EXERCISE GOAL
Only these lines of the data below are wanted: the one with "f 185 189 556", the one with "f 312 211 209", and any lines between them, each repeated exactly.
** Opening LISTED ENTRIES block **
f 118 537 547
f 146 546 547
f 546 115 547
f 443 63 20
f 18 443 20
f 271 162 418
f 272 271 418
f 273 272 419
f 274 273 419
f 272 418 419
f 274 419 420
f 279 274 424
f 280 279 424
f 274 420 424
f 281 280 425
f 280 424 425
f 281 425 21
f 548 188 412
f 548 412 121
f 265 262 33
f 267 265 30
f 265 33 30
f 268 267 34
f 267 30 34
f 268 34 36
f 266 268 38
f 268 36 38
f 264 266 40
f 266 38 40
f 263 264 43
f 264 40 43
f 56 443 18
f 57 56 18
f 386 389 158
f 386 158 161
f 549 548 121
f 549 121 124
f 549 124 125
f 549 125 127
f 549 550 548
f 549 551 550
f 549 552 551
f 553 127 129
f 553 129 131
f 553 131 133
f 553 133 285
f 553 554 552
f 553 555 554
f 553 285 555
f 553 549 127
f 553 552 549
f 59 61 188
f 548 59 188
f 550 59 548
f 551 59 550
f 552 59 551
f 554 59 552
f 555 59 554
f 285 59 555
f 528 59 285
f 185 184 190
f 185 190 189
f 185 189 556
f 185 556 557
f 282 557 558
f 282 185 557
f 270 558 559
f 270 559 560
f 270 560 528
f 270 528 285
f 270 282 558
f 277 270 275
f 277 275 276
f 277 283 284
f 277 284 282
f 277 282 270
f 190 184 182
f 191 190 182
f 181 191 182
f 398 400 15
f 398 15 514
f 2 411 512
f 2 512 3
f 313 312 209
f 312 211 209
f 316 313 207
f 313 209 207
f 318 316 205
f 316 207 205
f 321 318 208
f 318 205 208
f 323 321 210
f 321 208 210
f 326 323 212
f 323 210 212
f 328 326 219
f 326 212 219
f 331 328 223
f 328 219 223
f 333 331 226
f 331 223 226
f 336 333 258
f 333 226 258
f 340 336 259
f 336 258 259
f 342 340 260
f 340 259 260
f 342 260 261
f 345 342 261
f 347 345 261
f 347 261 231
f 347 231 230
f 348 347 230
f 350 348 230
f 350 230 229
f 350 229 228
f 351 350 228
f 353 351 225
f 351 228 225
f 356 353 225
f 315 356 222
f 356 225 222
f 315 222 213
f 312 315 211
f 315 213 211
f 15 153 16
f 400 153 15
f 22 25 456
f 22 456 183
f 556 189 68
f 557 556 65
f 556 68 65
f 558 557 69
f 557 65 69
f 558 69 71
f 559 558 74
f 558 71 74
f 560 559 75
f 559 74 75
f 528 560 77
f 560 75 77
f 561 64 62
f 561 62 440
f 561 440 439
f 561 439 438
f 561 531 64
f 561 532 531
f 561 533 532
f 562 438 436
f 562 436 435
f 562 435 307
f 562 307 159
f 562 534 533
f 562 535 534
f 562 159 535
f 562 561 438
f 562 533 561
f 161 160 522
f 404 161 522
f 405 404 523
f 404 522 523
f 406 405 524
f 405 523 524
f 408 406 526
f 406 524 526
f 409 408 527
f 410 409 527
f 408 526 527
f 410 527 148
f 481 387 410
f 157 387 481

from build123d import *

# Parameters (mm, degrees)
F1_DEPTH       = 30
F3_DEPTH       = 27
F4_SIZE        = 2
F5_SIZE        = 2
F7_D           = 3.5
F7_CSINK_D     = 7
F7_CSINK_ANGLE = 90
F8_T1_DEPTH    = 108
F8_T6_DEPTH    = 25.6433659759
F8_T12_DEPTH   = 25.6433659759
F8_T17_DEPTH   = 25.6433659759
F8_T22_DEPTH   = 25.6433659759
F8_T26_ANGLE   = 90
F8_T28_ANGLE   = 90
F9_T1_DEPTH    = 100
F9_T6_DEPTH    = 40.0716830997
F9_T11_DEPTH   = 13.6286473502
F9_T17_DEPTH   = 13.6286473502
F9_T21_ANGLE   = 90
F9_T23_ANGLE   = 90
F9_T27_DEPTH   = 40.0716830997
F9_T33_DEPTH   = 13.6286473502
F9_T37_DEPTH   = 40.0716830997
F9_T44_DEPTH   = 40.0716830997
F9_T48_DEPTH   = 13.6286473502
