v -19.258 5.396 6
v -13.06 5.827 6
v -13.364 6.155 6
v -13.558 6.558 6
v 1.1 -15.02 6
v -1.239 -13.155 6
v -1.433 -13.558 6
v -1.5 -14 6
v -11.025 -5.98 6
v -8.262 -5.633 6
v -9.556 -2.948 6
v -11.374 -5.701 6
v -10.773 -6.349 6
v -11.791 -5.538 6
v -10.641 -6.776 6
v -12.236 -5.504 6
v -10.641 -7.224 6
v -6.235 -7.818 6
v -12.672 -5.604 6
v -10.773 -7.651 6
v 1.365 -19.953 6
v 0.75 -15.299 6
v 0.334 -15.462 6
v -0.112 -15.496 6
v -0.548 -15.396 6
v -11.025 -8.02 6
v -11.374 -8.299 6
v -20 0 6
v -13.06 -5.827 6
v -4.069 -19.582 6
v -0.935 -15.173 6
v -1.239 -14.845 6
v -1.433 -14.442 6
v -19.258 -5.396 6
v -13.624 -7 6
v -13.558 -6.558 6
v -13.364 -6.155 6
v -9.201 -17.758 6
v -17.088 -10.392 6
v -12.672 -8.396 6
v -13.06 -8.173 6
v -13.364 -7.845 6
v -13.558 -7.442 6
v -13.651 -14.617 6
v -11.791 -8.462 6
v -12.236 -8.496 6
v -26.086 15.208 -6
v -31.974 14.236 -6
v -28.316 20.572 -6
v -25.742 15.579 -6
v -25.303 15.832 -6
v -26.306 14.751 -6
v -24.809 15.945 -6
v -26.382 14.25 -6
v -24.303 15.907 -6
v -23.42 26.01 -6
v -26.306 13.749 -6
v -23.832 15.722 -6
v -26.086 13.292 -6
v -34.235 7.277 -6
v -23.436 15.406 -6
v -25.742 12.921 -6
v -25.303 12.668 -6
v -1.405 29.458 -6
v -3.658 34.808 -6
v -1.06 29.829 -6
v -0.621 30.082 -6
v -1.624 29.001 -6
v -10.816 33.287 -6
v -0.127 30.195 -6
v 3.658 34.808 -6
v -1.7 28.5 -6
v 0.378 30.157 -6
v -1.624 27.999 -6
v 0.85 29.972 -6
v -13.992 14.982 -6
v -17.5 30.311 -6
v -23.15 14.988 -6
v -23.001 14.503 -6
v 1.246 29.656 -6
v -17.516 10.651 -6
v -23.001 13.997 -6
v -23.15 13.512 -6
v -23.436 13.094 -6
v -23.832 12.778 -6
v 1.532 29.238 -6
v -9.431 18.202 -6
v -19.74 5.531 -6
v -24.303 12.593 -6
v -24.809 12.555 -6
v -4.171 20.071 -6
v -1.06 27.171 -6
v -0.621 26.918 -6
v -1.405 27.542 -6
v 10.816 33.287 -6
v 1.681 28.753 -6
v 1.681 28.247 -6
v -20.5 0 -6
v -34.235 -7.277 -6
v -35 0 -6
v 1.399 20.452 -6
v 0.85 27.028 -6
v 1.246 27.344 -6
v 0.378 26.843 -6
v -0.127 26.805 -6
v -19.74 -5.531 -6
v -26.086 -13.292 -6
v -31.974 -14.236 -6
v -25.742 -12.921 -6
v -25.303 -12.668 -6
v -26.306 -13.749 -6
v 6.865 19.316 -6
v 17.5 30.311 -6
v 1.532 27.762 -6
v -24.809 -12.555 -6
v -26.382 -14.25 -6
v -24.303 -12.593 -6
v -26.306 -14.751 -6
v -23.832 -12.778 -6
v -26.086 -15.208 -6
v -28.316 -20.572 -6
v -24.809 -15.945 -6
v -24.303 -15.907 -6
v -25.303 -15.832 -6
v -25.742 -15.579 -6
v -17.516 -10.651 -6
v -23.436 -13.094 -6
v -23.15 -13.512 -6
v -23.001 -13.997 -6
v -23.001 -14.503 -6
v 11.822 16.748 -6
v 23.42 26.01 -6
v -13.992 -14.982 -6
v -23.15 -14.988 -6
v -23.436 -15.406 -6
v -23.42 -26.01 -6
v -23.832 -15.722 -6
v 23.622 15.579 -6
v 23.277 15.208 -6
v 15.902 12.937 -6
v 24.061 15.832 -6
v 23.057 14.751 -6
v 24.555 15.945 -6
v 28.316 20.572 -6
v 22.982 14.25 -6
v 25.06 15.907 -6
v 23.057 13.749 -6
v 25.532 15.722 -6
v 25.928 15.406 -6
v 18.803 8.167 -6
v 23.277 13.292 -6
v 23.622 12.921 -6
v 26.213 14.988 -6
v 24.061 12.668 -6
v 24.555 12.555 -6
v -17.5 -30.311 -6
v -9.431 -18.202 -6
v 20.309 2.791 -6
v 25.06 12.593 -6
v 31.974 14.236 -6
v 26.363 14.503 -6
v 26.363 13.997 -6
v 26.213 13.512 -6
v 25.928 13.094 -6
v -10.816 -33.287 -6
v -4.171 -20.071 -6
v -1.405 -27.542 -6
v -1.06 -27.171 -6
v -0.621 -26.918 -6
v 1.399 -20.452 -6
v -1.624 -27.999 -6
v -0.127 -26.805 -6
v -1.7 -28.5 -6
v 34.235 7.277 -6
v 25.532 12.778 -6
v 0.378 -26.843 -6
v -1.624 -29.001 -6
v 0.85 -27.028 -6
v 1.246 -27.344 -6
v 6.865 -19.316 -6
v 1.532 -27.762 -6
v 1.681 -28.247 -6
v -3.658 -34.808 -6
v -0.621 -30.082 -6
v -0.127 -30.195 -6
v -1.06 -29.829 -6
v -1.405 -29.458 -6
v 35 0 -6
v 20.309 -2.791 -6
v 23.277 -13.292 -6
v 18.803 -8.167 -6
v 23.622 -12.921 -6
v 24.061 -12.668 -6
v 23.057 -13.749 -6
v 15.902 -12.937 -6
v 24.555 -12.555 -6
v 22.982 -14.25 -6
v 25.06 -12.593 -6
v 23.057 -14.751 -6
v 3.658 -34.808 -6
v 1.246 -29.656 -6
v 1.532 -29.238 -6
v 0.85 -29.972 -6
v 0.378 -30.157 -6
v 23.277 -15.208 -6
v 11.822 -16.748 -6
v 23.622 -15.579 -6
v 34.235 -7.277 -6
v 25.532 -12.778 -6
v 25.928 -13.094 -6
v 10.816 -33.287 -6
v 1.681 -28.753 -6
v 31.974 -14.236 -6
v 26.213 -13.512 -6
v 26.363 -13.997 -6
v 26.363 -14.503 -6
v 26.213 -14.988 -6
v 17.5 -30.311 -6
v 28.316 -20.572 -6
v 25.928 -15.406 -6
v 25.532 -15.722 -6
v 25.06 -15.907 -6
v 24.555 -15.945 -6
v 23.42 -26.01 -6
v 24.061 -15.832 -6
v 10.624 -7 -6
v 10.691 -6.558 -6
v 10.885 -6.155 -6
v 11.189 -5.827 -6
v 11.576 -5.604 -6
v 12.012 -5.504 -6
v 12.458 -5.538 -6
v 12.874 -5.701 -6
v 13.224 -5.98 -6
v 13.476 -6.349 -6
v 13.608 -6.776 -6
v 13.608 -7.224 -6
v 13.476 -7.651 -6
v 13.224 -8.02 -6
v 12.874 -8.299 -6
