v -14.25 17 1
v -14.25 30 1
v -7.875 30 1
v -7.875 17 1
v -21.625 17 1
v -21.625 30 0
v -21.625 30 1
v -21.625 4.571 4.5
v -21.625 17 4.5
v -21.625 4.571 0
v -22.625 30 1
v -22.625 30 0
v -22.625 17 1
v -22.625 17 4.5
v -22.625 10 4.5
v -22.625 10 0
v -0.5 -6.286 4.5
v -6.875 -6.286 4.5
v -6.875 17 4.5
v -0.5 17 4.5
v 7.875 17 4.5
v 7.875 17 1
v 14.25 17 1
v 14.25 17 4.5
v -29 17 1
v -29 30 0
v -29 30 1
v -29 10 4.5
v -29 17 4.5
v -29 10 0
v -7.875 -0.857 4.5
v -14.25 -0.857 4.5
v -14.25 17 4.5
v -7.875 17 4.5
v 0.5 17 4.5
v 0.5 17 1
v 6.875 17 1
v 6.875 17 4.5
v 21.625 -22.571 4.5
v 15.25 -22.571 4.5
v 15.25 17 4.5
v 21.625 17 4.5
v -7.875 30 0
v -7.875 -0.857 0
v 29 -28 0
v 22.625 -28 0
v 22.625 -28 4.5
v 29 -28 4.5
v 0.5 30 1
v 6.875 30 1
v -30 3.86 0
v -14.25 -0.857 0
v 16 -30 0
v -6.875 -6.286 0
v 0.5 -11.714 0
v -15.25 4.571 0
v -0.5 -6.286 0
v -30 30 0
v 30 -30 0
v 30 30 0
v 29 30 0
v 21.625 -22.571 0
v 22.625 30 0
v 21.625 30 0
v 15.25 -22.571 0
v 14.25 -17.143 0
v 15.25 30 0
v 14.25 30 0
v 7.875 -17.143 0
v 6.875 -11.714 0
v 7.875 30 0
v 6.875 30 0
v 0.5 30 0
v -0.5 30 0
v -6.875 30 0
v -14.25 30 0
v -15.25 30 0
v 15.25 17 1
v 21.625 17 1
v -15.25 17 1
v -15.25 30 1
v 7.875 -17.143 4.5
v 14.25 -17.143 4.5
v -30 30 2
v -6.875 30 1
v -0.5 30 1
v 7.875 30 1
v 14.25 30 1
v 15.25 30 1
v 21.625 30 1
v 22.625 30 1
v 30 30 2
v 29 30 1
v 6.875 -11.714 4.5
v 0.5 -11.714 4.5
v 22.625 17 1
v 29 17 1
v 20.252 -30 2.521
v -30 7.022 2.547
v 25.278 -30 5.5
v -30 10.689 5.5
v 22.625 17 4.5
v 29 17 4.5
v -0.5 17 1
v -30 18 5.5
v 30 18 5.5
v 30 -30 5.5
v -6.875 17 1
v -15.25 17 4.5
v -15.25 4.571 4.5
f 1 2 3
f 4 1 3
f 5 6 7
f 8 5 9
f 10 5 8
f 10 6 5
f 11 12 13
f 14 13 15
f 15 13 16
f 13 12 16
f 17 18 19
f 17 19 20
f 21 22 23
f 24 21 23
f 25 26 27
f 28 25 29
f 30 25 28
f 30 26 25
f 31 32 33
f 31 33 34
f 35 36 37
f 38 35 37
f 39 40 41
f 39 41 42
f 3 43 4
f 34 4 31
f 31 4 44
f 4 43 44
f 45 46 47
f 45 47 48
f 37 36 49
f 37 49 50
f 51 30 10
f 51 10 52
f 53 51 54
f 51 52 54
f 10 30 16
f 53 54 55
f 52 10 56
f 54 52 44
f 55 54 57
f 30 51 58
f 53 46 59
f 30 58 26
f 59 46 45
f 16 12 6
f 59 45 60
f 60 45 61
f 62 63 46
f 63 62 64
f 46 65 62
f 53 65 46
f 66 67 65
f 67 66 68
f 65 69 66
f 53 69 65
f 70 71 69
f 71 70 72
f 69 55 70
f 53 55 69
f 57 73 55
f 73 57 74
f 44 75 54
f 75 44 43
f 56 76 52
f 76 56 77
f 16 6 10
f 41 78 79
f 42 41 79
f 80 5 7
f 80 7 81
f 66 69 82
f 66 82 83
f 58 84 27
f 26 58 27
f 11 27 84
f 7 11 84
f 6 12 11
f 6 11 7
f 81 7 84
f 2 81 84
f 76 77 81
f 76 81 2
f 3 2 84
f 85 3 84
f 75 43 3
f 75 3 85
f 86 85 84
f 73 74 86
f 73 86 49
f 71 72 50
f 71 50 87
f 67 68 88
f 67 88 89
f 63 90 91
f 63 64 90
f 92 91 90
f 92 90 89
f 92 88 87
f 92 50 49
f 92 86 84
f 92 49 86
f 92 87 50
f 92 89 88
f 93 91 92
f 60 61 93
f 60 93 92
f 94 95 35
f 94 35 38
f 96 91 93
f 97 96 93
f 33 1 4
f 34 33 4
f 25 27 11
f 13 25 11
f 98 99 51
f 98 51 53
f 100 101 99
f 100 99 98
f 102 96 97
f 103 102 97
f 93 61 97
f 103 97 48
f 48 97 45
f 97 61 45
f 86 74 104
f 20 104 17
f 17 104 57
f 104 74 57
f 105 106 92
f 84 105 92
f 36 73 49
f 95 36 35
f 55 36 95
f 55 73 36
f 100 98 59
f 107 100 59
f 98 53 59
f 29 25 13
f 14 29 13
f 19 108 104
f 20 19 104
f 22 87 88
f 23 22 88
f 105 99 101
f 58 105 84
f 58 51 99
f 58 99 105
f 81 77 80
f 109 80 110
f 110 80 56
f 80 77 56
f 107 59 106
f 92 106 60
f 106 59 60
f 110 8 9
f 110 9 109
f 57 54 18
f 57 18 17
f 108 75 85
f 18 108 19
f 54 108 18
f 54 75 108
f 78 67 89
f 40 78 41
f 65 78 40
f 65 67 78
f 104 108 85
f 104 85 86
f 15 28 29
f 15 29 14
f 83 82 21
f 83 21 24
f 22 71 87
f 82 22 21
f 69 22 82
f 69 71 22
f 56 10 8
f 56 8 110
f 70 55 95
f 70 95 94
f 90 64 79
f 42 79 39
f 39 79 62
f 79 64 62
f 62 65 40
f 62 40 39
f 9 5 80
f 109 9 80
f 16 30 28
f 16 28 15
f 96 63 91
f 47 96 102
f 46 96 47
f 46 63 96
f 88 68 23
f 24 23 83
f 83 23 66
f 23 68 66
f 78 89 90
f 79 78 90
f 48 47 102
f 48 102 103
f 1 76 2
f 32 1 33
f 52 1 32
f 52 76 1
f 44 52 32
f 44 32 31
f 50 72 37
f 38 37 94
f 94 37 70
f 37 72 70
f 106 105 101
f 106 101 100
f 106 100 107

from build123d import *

# Parameters (mm, degrees)
F0_W     = 60
F0_H     = 60
F1_DEPTH = 5.5
F3_DEPTH = 60
F4_W     = 6.375
F4_H     = 13
F5_DEPTH = 1
F6_W     = 6.375
F6_H     = 45
F6_H_2   = 7
F6_H_3   = 12.4285714286
F6_H_4   = 17.8571428571
F6_H_5   = 23.2857142857
F6_H_6   = 28.7142857143
F6_H_7   = 34.1428571429
F6_H_8   = 39.5714285714
F7_DEPTH = 4.5
F9_DEPTH = 5.5
F9_TAPER = -45


with BuildPart() as f1:
    # F0 (on Top) → F1 (new body)
    with BuildSketch(Plane.XY):
        Rectangle(F0_W, F0_H)
    extrude(amount=F1_DEPTH)

    # F2 (on face) → F3 (cut, through all)
    with BuildSketch(Plane.YZ.offset(30)):
        Polygon((18, 5.5), (30, 2), (30, 5.5), align=None)
    extrude(amount=-F3_DEPTH, mode=Mode.SUBTRACT)

    # F4 (on face) → F5 (cut)
    with BuildSketch(Plane(origin=(0, 0, 0), x_dir=(1, 0, 0), z_dir=(0, 0, -1))):
        with Locations((-25.8125, -23.5)):
            Rectangle(F4_W, F4_H)
        with Locations((-11.0625, -23.5)):
            Rectangle(F4_W, F4_H)
        with Locations((18.4375, -23.5)):
            Rectangle(F4_W, F4_H)
        with Locations((11.0625, -23.5)):
            Rectangle(F4_W, F4_H)
        with Locations((3.6875, -23.5)):
            Rectangle(F4_W, F4_H)
        with Locations((-18.4375, -23.5)):
            Rectangle(F4_W, F4_H)
        with Locations((-3.6875, -23.5)):
            Rectangle(F4_W, F4_H)
        with Locations((25.8125, -23.5)):
            Rectangle(F4_W, F4_H)
    extrude(amount=-F5_DEPTH, mode=Mode.SUBTRACT)

    # F6 (on face) → F7 (cut)
    with BuildSketch(Plane(origin=(0, 0, 0), x_dir=(1, 0, 0), z_dir=(0, 0, -1))):
        with Locations((25.8125, 5.5)):
            Rectangle(F6_W, F6_H)
        with Locations((-25.8125, -13.5)):
            Rectangle(F6_W, F6_H_2)
        with Locations((-18.4375, -10.7857142857)):
            Rectangle(F6_W, F6_H_3)
        with Locations((-11.0625, -8.0714285714)):
            Rectangle(F6_W, F6_H_4)
        with Locations((-3.6875, -5.3571428571)):
            Rectangle(F6_W, F6_H_5)
        with Locations((3.6875, -2.6428571429)):
            Rectangle(F6_W, F6_H_6)
        with Locations((11.0625, 0.0714285714)):
            Rectangle(F6_W, F6_H_7)
        with Locations((18.4375, 2.7857142857)):
            Rectangle(F6_W, F6_H_8)
    extrude(amount=-F7_DEPTH, mode=Mode.SUBTRACT)

    # F8 (on face) → F9 (cut, through all)
    with BuildSketch(Plane(origin=(0, 0, 0), x_dir=(1, 0, 0), z_dir=(0, 0, -1))):
        Polygon((-30, 30), (-30, -3.8595641646), (16, 30), align=None)
    extrude(amount=-F9_DEPTH, taper=F9_TAPER, mode=Mode.SUBTRACT)


solid = f1.part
** Closing LISTED ENTRIES block **
EXERCISE RESPONSE
f 185 189 556
f 185 556 557
f 282 557 558
f 282 185 557
f 270 558 559
f 270 559 560
f 270 560 528
f 270 528 285
f 270 282 558
f 277 270 275
f 277 275 276
f 277 283 284
f 277 284 282
f 277 282 270
f 190 184 182
f 191 190 182
f 181 191 182
f 398 400 15
f 398 15 514
f 2 411 512
f 2 512 3
f 313 312 209
f 312 211 209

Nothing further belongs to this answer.